Others warned that such a policy could discourage drug companies from investing in Europe. “If you, on the other hand, say, ‘You guys are bad actors, we want to cut your prices, we want to take your confidential data and share it with any one of your competitors,’ you don’t get the same feeling of encouragement,” Christopher A. Viehbacher, C.E.O. of the French pharmaceutical company Sanofi, told reporters in Brussels on Monday, according to Reuters.
Industry officials and regulators in the United States say the public already has access to vast amounts of information about clinical trials. The basic results of all clinical trials must now be registered in a federal clearinghouse, for example, and the Food and Drug Administration publishes staff reviews and other documents when it approves a new drug. The F.D.A. has said that it is monitoring the developments in Europe but that federal laws in the United States restrict what types of information can be released, particularly data that could reveal personal or commercially confidential information.
Cochrane group members point to the Medtronic study as an example of the value of a neutral perspective.
In 2011, Medtronic awarded a $2.5 million grant to Yale and asked it to oversee a detailed review of trial data for Infuse, a bioengineered material in spinal fusions to treat back pain. The company was facing claims that it had published misleading information about the treatment, and it turned over its data in an effort to address those criticisms. Two teams that examined the data came to similar conclusions: Infuse appeared to be no better than an older treatment, and may pose added risks.
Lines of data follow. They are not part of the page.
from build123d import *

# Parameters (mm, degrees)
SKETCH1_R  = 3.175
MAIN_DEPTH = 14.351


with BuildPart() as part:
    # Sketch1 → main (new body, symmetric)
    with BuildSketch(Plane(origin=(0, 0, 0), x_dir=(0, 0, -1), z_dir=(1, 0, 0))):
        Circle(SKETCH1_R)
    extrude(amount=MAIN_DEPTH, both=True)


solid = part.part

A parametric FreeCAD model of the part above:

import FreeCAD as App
import Part
import Sketcher

V = App.Vector
Q = App.Units.Quantity

doc = App.newDocument("Part")
body = doc.addObject("PartDesign::Body", "Body")

sketch1 = doc.addObject("Sketcher::SketchObject", "Sketch")
body.addObject(sketch1)
sketch1.AttachmentSupport = (doc.YZ_Plane, [""])
sketch1.MapMode = "FlatFace"
sketch1.addGeometry(Part.Circle(V(0, 0, 0), V(0, 0, 1), 3.2), False)
sketch1.addConstraint([
    Sketcher.Constraint("Coincident", 0, 3, -1, 1),
    Sketcher.Constraint("Diameter", 0, Q("0.25 in")),
])
pad1 = doc.addObject("PartDesign::Pad", "Pad")
body.addObject(pad1)
pad1.Profile = sketch1
pad1.Length = Q("1.13 in")
pad1.Midplane = True

doc.recompute()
EARLIER this month, Dr. Doshi opened what he hopes will be a new chapter in his quest for greater understanding of clinical trials. He and several other researchers published what amounted to an ultimatum to drug companies: publish your data, or we’ll do it for you.
Under the plan, researchers would publish articles summarizing trial results in cases where the underlying data has already been released. In isolated cases, such information has been made public through litigation and Freedom of Information Act requests.
“It’s really neat to see a larger opportunity for a larger impact,” he said. “Tamiflu just happened to be the lever that opened that door.”